I teach a weekly yoga class. Last week, one of the regular students came in with k-tape on her shoulder and an exasperated look on her face. “Jennifer, can we do things even more slowly today? I keep injuring myself in classes where we move fast and do chatarangua after chatarangua.” In a world where social media and news publications highlight challenging workouts, impressive asanas, and nearly impossible physical feats, working on the basics isn’t what people in a class setting expect or want, despite the fact performing the basics over and over again is what allows motor control and strength to be developed.
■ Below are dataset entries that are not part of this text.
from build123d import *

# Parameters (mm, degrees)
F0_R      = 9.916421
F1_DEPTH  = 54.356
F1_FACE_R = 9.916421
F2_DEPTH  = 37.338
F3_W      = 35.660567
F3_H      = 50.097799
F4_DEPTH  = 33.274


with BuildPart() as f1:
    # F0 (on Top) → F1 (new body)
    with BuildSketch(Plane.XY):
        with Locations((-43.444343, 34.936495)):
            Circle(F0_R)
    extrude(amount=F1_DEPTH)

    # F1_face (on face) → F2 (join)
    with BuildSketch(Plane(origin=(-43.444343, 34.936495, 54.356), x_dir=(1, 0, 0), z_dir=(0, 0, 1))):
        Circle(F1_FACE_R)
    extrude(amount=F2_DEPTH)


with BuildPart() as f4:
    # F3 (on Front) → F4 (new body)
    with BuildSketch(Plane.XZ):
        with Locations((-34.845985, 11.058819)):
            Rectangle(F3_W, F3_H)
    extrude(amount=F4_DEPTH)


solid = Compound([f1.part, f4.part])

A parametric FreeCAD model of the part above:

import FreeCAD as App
import Part
import Sketcher

V = App.Vector
Q = App.Units.Quantity


def add_polygon(sketch, points):
    """Adds a closed chain of lines whose ends are joined by coincident constraints."""
    first, n = sketch.GeometryCount, len(points)
    for a, b in zip(points, points[1:] + points[:1]):
        sketch.addGeometry(Part.LineSegment(App.Vector(*a, 0), App.Vector(*b, 0)), False)
    for i in range(n):
        sketch.addConstraint(Sketcher.Constraint("Coincident", first + i, 2, first + (i + 1) % n, 1))

doc = App.newDocument("Part")
body = doc.addObject("PartDesign::Body", "Body")

# Sketch on XY plane
sketch1 = body.newObject("Sketcher::SketchObject", "Sketch")
sketch1.AttachmentSupport = (doc.getObject("XY_Plane"), [""])
sketch1.MapMode = "FlatFace"
sketch1.addGeometry(Part.Circle(V(-43.444343, 34.936495, 0), V(0, 0, 1), 9.916421), False)
sketch1.addConstraint([
    Sketcher.Constraint("Diameter", 0, Q("19.832842 mm")),
    Sketcher.Constraint("DistanceX", 0, 3, -1, 1, Q("43.444343 mm")),
    Sketcher.Constraint("DistanceY", -1, 1, 0, 3, Q("34.936495 mm")),
])
pad1 = body.newObject("PartDesign::Pad", "Pad")
pad1.Profile = sketch1
pad1.Length = Q("2.14 in")

# Sketch on XY plane
sketch2 = body.newObject("Sketcher::SketchObject", "Sketch001")
sketch2.AttachmentSupport = (doc.getObject("XY_Plane"), [""])
sketch2.MapMode = "FlatFace"
sketch2.AttachmentOffset = App.Placement(V(0, 0, 2.14 * 25.4), App.Rotation())
sketch2.addGeometry(Part.Circle(V(-43.444343, 34.936495, 0), V(0, 0, 1), 9.916421), False)
sketch2.addConstraint([
    Sketcher.Constraint("Diameter", 0, Q("19.832842 mm")),
    Sketcher.Constraint("DistanceX", 0, 3, -1, 1, Q("43.444343 mm")),
    Sketcher.Constraint("DistanceY", -1, 1, 0, 3, Q("34.936495 mm")),
])
pad2 = body.newObject("PartDesign::Pad", "Pad001")
pad2.Profile = sketch2
pad2.Length = Q("1.47 in")
body2 = doc.addObject("PartDesign::Body", "Body001")

# Sketch on XZ plane
sketch3 = body2.newObject("Sketcher::SketchObject", "Sketch002")
sketch3.AttachmentSupport = (doc.getObject("XZ_Plane001"), [""])
sketch3.MapMode = "FlatFace"
add_polygon(sketch3, [(-52.676268, 36.107718), (-52.676268, -13.99008), (-17.015701, -13.99008), (-17.015701, 36.107718)])  # lines 0-3
sketch3.addConstraint([
    Sketcher.Constraint("Vertical", 0),
    Sketcher.Constraint("Horizontal", 1),
    Sketcher.Constraint("Vertical", 2),
    Sketcher.Constraint("Horizontal", 3),
    Sketcher.Constraint("DistanceY", 0, 2, 0, 1, Q("50.097799 mm")),
    Sketcher.Constraint("DistanceX", 1, 2, -1, 1, Q("17.015701 mm")),
    Sketcher.Constraint("DistanceX", 1, 1, 1, 2, Q("35.660567 mm")),
    Sketcher.Constraint("DistanceY", 0, 2, -1, 1, Q("13.99008 mm")),
])
pad3 = body2.newObject("PartDesign::Pad", "Pad002")
pad3.Profile = sketch3
pad3.Length = Q("1.31 in")

doc.recompute()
People go to classes for a number of reasons: the social aspect, to improve strength and mobility, to maintain a level of fitness. What is often missing (even in the yoga world), is the search of skill acquisition. This can only be done if a foundation is established and skills are repeated in a variety of different ways for a long time before more advanced movements are performed. There is a reason advanced powerlifters return to the squat and the deadlift regularly, even if they have been lifting for decades. Hone the skills of the basics, return to the basics, and let that information inform more advanced movement. Researchers show the difference between novices and highly trained individuals is the brains of the highly trained individuals devote more intensity to the area involved with task execution. There is less muscle activation involved with people performing a skill at a high level, as well as a higher degree of repeatability between movements with less variation.* There were only two students in my class that day, so I worked on the basics of down dog. For an hour. I used breathing drills to connect to the core, the block became our best friend (or nemesis, depending on how you feel about shoulder girdle work), and we figured out the impact those two things had on arm placement. As the two students were leaving, one commented that the hour flew by. The other noted she was fairly sure she was going to be sore in weird places because she wasn’t used to using her core in that way. I can only hope that some of the focused work will make a lasting impact the next time she sets up in a plank position. Put in the work to make the basics skilled and return to them regularly to develop good quality movement.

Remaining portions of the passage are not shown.